Exhibit 10.2
LOAN TERMINATION AGREEMENT
September 1, 2023
THIS LOAN TERMINATION AGREEMENT (this “Agreement”), dated as of September 1, 2023, by and between CGSF Group LLC (formerly known as CGV Group LLC) (“Borrower”) and SFNY Holdings, Inc. (“Lender”). Borrower and Lender may be referred to individually as, a “Party” and are collectively referred to as, the “Parties”).
WHEREAS, the Borrower and the Lender entered into that certain amended and restated loan agreement (the “Loan Agreement”) August 24, 2021, by and between the Borrower and the Lender;
WHEREAS, the loan made to the Borrower pursuant to the Loan Agreement has been evidenced by a promissory note (the “Note”, together with the Loan Agreement and any other agreement entered into in connection with the Loan Agreement, all as amended or extended from time to time., the “Loan Documents”) in the principal amount of $18,000,000 and in form and substance satisfactory to the Lender;
WHEREAS, the Borrower and the Lender mutually agree to terminate and retire the Loan Documents with this Agreement;
NOW, THEREFORE, in consideration of the premises and the agreements, provisions and covenants herein contained and other good and valuable consideration (the receipt and sufficiency of which are hereby acknowledged), the Parties agree as follows:
Article I.Termination of the Loan Documents
Section 1.01As of the Effective Date, the Loan Agreement and any Loan Document is hereby terminated and retired in its entirety, and shall be of no further force or effect.

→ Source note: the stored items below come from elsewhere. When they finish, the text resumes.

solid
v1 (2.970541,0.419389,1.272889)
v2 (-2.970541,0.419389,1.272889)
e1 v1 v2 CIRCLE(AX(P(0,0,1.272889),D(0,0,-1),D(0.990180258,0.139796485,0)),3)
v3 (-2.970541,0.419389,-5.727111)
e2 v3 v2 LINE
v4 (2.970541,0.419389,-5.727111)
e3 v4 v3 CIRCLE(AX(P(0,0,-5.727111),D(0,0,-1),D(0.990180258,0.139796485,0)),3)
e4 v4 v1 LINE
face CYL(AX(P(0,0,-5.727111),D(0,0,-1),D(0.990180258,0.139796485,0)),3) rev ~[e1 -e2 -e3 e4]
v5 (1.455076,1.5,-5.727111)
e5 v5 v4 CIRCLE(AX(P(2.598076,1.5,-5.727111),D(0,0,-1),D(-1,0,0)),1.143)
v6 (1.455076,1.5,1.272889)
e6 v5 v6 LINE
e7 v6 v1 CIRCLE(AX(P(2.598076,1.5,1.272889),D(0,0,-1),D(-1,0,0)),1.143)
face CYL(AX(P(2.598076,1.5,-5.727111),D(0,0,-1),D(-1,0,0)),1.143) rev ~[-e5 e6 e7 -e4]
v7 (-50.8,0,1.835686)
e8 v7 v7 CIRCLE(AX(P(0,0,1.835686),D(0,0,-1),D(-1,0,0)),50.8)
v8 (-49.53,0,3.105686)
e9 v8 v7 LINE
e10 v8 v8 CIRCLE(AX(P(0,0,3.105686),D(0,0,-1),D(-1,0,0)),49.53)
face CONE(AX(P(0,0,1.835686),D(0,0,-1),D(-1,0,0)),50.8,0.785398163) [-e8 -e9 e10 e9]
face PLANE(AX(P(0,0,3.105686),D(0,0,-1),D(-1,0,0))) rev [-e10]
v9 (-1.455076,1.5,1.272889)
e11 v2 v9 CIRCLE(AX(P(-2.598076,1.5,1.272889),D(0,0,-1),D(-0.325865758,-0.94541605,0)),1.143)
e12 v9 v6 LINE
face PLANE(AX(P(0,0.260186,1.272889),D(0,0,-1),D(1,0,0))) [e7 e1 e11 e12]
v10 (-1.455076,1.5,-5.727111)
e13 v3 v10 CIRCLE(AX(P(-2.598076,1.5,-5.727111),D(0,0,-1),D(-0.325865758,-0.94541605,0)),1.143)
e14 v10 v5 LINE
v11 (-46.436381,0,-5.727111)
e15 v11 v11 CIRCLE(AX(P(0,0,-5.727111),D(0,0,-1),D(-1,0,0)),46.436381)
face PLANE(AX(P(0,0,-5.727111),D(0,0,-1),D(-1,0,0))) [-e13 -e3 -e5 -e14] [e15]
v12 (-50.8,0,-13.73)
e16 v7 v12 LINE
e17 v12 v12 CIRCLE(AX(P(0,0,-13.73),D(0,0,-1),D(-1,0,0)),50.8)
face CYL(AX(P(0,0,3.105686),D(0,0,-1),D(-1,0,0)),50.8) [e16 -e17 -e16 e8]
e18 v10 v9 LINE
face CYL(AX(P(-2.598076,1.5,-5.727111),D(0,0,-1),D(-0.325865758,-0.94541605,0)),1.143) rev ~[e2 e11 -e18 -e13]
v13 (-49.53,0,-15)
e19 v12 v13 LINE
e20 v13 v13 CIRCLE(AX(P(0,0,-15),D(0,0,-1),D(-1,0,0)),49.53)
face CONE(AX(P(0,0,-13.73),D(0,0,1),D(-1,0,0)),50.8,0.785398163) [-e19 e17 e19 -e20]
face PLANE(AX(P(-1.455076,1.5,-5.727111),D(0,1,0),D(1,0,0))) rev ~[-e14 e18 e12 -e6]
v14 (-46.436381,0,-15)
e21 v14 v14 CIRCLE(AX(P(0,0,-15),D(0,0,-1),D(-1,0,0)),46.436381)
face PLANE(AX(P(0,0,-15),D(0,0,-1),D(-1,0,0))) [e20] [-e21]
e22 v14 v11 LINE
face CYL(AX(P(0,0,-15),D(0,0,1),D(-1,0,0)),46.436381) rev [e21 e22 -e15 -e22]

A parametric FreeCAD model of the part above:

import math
import FreeCAD as App
import Part
import Sketcher

V = App.Vector


def edges_at(feature, points):
    """Names of the edges that pass closest to the given points."""
    edges = feature.Shape.Edges
    near = lambda p: min(range(len(edges)), key=lambda i: edges[i].distToShape(Part.Vertex(*p))[0])
    return sorted({f"Edge{near(p) + 1}" for p in points})

doc = App.newDocument("Part")
params = doc.addObject("Spreadsheet::Sheet", "Params")
for row, (alias, value) in enumerate([
    ("sketch1_width", "1 mm"),
    ("sketch1_width2", "50.8 mm"),
    ("revolution_angle", "360 deg"),
    ("chamfer_size", "1.27 mm"),
    ("sketch2_radius", "3 mm"),
    ("pocket1_length", "7 mm"),
    ("chamfer2_size", "1.27 mm"),
], start=1):
    params.set(f"A{row}", alias)
    params.set(f"B{row}", "=" + value)
    params.setAlias(f"B{row}", alias)

body = doc.addObject("PartDesign::Body", "Body")

# Sketch on XZ plane
sketch1 = body.newObject("Sketcher::SketchObject", "Sketch")
sketch1.AttachmentSupport = (doc.getObject("XZ_Plane"), [""])
sketch1.MapMode = "FlatFace"
sketch1.addGeometry(Part.LineSegment(V(0, 0, 0), V(0, 3.1, 0)), False)
sketch1.addGeometry(Part.LineSegment(V(0, 3.1, 0), V(-50.8, 3.1, 0)), False)
sketch1.addGeometry(Part.LineSegment(V(-50.8, 3.1, 0), V(-50.8, -15, 0)), False)
sketch1.addGeometry(Part.LineSegment(V(-50.8, -15, 0), V(-46.4, -15, 0)), False)
sketch1.addGeometry(Part.LineSegment(V(-46.4, -15, 0), V(-46.4, -5.7, 0)), False)
sketch1.addGeometry(Part.LineSegment(V(-46.4, -5.7, 0), V(-1, -5.7, 0)), False)
sketch1.addGeometry(Part.LineSegment(V(-1, -5.7, 0), V(-1, 0, 0)), False)
sketch1.addGeometry(Part.LineSegment(V(-1, 0, 0), V(0, 0, 0)), False)
sketch1.addConstraint(Sketcher.Constraint("Coincident", 0, 2, 1, 1))
sketch1.addConstraint(Sketcher.Constraint("Coincident", 1, 2, 2, 1))
sketch1.addConstraint(Sketcher.Constraint("Coincident", 2, 2, 3, 1))
sketch1.addConstraint(Sketcher.Constraint("Coincident", 3, 2, 4, 1))
sketch1.addConstraint(Sketcher.Constraint("Coincident", 4, 2, 5, 1))
sketch1.addConstraint(Sketcher.Constraint("Coincident", 5, 2, 6, 1))
sketch1.addConstraint(Sketcher.Constraint("Coincident", 6, 2, 7, 1))
sketch1.addConstraint(Sketcher.Constraint("Coincident", 7, 2, 0, 1))
sketch1.addConstraint(Sketcher.Constraint("Vertical", 0))
sketch1.addConstraint(Sketcher.Constraint("Horizontal", 1))
sketch1.addConstraint(Sketcher.Constraint("Vertical", 2))
sketch1.addConstraint(Sketcher.Constraint("Horizontal", 3))
sketch1.addConstraint(Sketcher.Constraint("Vertical", 4))
sketch1.addConstraint(Sketcher.Constraint("Horizontal", 5))
sketch1.addConstraint(Sketcher.Constraint("Vertical", 6))
sketch1.addConstraint(Sketcher.Constraint("Horizontal", 7))
sketch1.addConstraint(Sketcher.Constraint("Coincident", 7, 2, -1, 1))
sketch1.addConstraint(Sketcher.Constraint("DistanceX", 7, 1, 7, 2, 1.0))
sketch1.addConstraint(Sketcher.Constraint("DistanceX", 1, 2, 1, 1, 50.8))
sketch1.addConstraint(Sketcher.Constraint("DistanceY", 2, 2, -1, 1, 15.0))
sketch1.addConstraint(Sketcher.Constraint("DistanceX", 3, 1, 3, 2, 4.363619))
sketch1.addConstraint(Sketcher.Constraint("DistanceY", 4, 1, 4, 2, 9.272889))
sketch1.addConstraint(Sketcher.Constraint("DistanceY", 0, 1, 0, 2, 3.105686))
sketch1.setExpression("Constraints[17]", "Params.sketch1_width")
sketch1.setExpression("Constraints[18]", "Params.sketch1_width2")
revolution = body.newObject("PartDesign::Revolution", "Revolution")
revolution.Profile = sketch1
revolution.ReferenceAxis = (sketch1, ["V_Axis"])
revolution.setExpression("Angle", "Params.revolution_angle")
doc.recompute()

chamfer = body.newObject("PartDesign::Chamfer", "Chamfer")
chamfer.Base = (revolution, edges_at(revolution, [(50.8, 0, 3.106)]))
chamfer.setExpression("Size", "Params.chamfer_size")

# Sketch on XY plane
sketch2 = body.newObject("Sketcher::SketchObject", "Sketch001")
sketch2.AttachmentSupport = (doc.getObject("XY_Plane"), [""])
sketch2.MapMode = "FlatFace"
sketch2.AttachmentOffset = App.Placement(V(0, 0, -5.727111), App.Rotation())
sketch2.addGeometry(Part.ArcOfCircle(Part.Circle(V(-2.6, 1.5, 0), V(0, 0, 1), 1.1), math.radians(0), math.radians(251)), False)
sketch2.addGeometry(Part.LineSegment(V(-1.5, 1.5, 0), V(1.5, 1.5, 0)), False)
sketch2.addGeometry(Part.ArcOfCircle(Part.Circle(V(2.6, 1.5, 0), V(0, 0, 1), 1.1), math.radians(-71), math.radians(180)), False)
sketch2.addGeometry(Part.ArcOfCircle(Part.Circle(V(0, 0, 0), V(0, 0, 1), 3), math.radians(172), math.radians(368)), False)
sketch2.addConstraint(Sketcher.Constraint("Coincident", 0, 1, 1, 1))
sketch2.addConstraint(Sketcher.Constraint("Coincident", 1, 2, 2, 2))
sketch2.addConstraint(Sketcher.Constraint("Coincident", 2, 1, 3, 2))
sketch2.addConstraint(Sketcher.Constraint("Coincident", 3, 1, 0, 2))
sketch2.addConstraint(Sketcher.Constraint("Horizontal", 1))
sketch2.addConstraint(Sketcher.Constraint("Coincident", 3, 3, -1, 1))
sketch2.addConstraint(Sketcher.Constraint("Equal", 0, 2))
sketch2.addConstraint(Sketcher.Constraint("Symmetric", 0, 3, 2, 3, -2))
sketch2.addConstraint(Sketcher.Constraint("Horizontal", 2, 3, 0, 1))
sketch2.addConstraint(Sketcher.Constraint("Radius", 3, 3.0))
sketch2.addConstraint(Sketcher.Constraint("Radius", 0, 1.143))
sketch2.addConstraint(Sketcher.Constraint("DistanceY", -1, 1, 0, 3, 1.5))
sketch2.addConstraint(Sketcher.Constraint("DistanceX", 1, 1, 1, 2, 2.910152))
sketch2.setExpression("Constraints[9]", "Params.sketch2_radius")
pocket1 = body.newObject("PartDesign::Pocket", "Pocket")
pocket1.Profile = sketch2
pocket1.setExpression("Length", "Params.pocket1_length")
pocket1.Reversed = True
doc.recompute()

chamfer2 = body.newObject("PartDesign::Chamfer", "Chamfer001")
chamfer2.Base = (pocket1, edges_at(pocket1, [(50.8, 0, -15)]))
chamfer2.setExpression("Size", "Params.chamfer2_size")

doc.recompute()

Section 1.02Lender agrees to execute such documents as reasonably requested by Borrower to evidence the termination of the Loan Documents.
Article II.Waiver and Release of Obligations
Section 2.01The Parties hereby agree in consideration of the mutual promises set forth in this Agreement, irrevocably and unconditionally release and forever discharge each other and their affiliated entities and each of their respective agents, directors, officers, managers, employees, representatives, attorneys, predecessors, successors and assigns, and all persons acting by, through, under or in concert with any of them (“Releasees”) of and from any and all claims, assertion of claims, expenses, debts, demands, actions, causes of action, suits, liabilities, and/or expenses (including attorneys’ fees) of any nature whatsoever (“Claims”), whether or not now known, suspected or claimed, which they ever had, now have, or hereafter acquire, both at law and in equity, arising out of any fact or matter in any way existing as of the Effective Date, relating to any and all claims arising out of or related to (a) any loans and loan arrangements, rights and obligations contained in the Loan Agreement and the Note and (b) any other Loan Documents.
Section 2.02Each Party covenants and agrees never to commence, voluntarily aid in any way prosecute or cause to be commenced or prosecuted against the Releasees hereunder any action or other proceeding based upon any such Claims.